Image:Australian-Lungfish.jpg - Wikipedia, the free encyclopedia
The several types of lungfish have lobed fins, heavy scales, and both lungs and gills. They can survive for months out of water, encased in mud with a breathing hole. They have powerful jaws and are ambush predators, grabbing and crushing their prey of large invertebrates, small fish and amphibians. Despite their lungs, they are very negatively buoyant and spend most of their time resting on the bottom. They breed in a similar way to amphibians. The eggs are gelatinous like frogspawn, and they hatch into 'tadpoles' with external gills. The male looks after them.
Some of them may have gone on to become fully aquatic. They developed an advanced swim bladder for neutral buoyancy, and lighter scales. The gills became well-developed, so using the swim bladder as a lung became unnecessary. The fins became lighter and the long tail developed into separate dorsal, caudal and anal fins. Heavy jaws became a lighter protrusible mouth for suction feeding. These types of fish gave rise to the modern bony fishes, of which the carp, tetras, etc. are the most advanced group.

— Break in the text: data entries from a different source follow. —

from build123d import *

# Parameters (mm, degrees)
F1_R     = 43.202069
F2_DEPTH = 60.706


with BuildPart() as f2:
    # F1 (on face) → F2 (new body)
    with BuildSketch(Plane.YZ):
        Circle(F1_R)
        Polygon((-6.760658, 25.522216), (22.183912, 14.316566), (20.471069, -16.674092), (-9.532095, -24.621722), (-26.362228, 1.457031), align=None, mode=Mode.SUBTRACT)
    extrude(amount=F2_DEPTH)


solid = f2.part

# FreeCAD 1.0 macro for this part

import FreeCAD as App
import Part
import Sketcher
from FreeCAD import Vector
Q = App.Units.Quantity

doc = App.newDocument("Part")
body = doc.addObject("PartDesign::Body", "Body")

sketch1 = doc.addObject("Sketcher::SketchObject", "Sketch")
body.addObject(sketch1)
sketch1.AttachmentSupport = (doc.YZ_Plane, [""])
sketch1.MapMode = "FlatFace"
sketch1.addGeometry(Part.Circle(Vector(0, 0, 0), Vector(0, 0, 1), 43.202069), False)
sketch1.addGeometry(Part.LineSegment(Vector(-26.362228, 1.457031, 0), Vector(-6.760658, 25.522216, 0)), False)
sketch1.addGeometry(Part.LineSegment(Vector(-6.760658, 25.522216, 0), Vector(22.183912, 14.316566, 0)), False)
sketch1.addGeometry(Part.LineSegment(Vector(22.183912, 14.316566, 0), Vector(20.471069, -16.674092, 0)), False)
sketch1.addGeometry(Part.LineSegment(Vector(20.471069, -16.674092, 0), Vector(-9.532095, -24.621722, 0)), False)
sketch1.addGeometry(Part.LineSegment(Vector(-9.532095, -24.621722, 0), Vector(-26.362228, 1.457031, 0)), False)
sketch1.addConstraint(Sketcher.Constraint("Coincident", 1, 2, 2, 1))
sketch1.addConstraint(Sketcher.Constraint("Coincident", 2, 2, 3, 1))
sketch1.addConstraint(Sketcher.Constraint("Coincident", 3, 2, 4, 1))
sketch1.addConstraint(Sketcher.Constraint("Coincident", 4, 2, 5, 1))
sketch1.addConstraint(Sketcher.Constraint("Coincident", 5, 2, 1, 1))
sketch1.addConstraint(Sketcher.Constraint("Coincident", 0, 3, -1, 1))
sketch1.addConstraint(Sketcher.Constraint("Equal", 1, 2))
sketch1.addConstraint(Sketcher.Constraint("Equal", 2, 3))
sketch1.addConstraint(Sketcher.Constraint("Equal", 3, 4))
sketch1.addConstraint(Sketcher.Constraint("Equal", 4, 5))
sketch1.addConstraint(Sketcher.Constraint("Diameter", 0, Q("86.404138 mm")))
sketch1.addConstraint(Sketcher.Constraint("DistanceX", 1, 2, -1, 1, Q("6.760658 mm")))
sketch1.addConstraint(Sketcher.Constraint("DistanceX", -1, 1, 2, 2, Q("22.183912 mm")))
sketch1.addConstraint(Sketcher.Constraint("DistanceX", -1, 1, 3, 2, Q("20.471069 mm")))
sketch1.addConstraint(Sketcher.Constraint("DistanceY", 4, 2, -1, 1, Q("24.621722 mm")))
sketch1.addConstraint(Sketcher.Constraint("DistanceX", 5, 2, -1, 1, Q("26.362228 mm")))
sketch1.addConstraint(Sketcher.Constraint("DistanceY", -1, 1, 5, 2, Q("1.457031 mm")))
pad1 = doc.addObject("PartDesign::Pad", "Pad")
body.addObject(pad1)
pad1.Profile = sketch1
pad1.Length = Q("2.39 in")

doc.recompute()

Other primitive lungfish species took a different path. They lost their internal gills, and the lungs became well-developed. The fins became stronger and could support its weight on land. The tail fin was lost, or lost its rays and became a decorative 'crest'. The scales were lost because of their weight, and were replaced with moist skin. The jaws became lighter but were still used for grabbing prey. These became the amphibians.
The fin walkers use their fins only to grip the surface they are walking on. The fins are not actually moved, they are pushed into the sand as the body is curved from side to side, like a salamander walking.
Some plecos move their pelvic fins (equivalent to hind legs) up and down alternately, like someone swimming with bi-fins. This is not used for forward movement, at least in modern species. They do this while stationary with their sucker-mouth attached to a surface. The fin movement creates a backward current of water, which is directed onto their eggs or young to provide oxygen and remove sand or mud.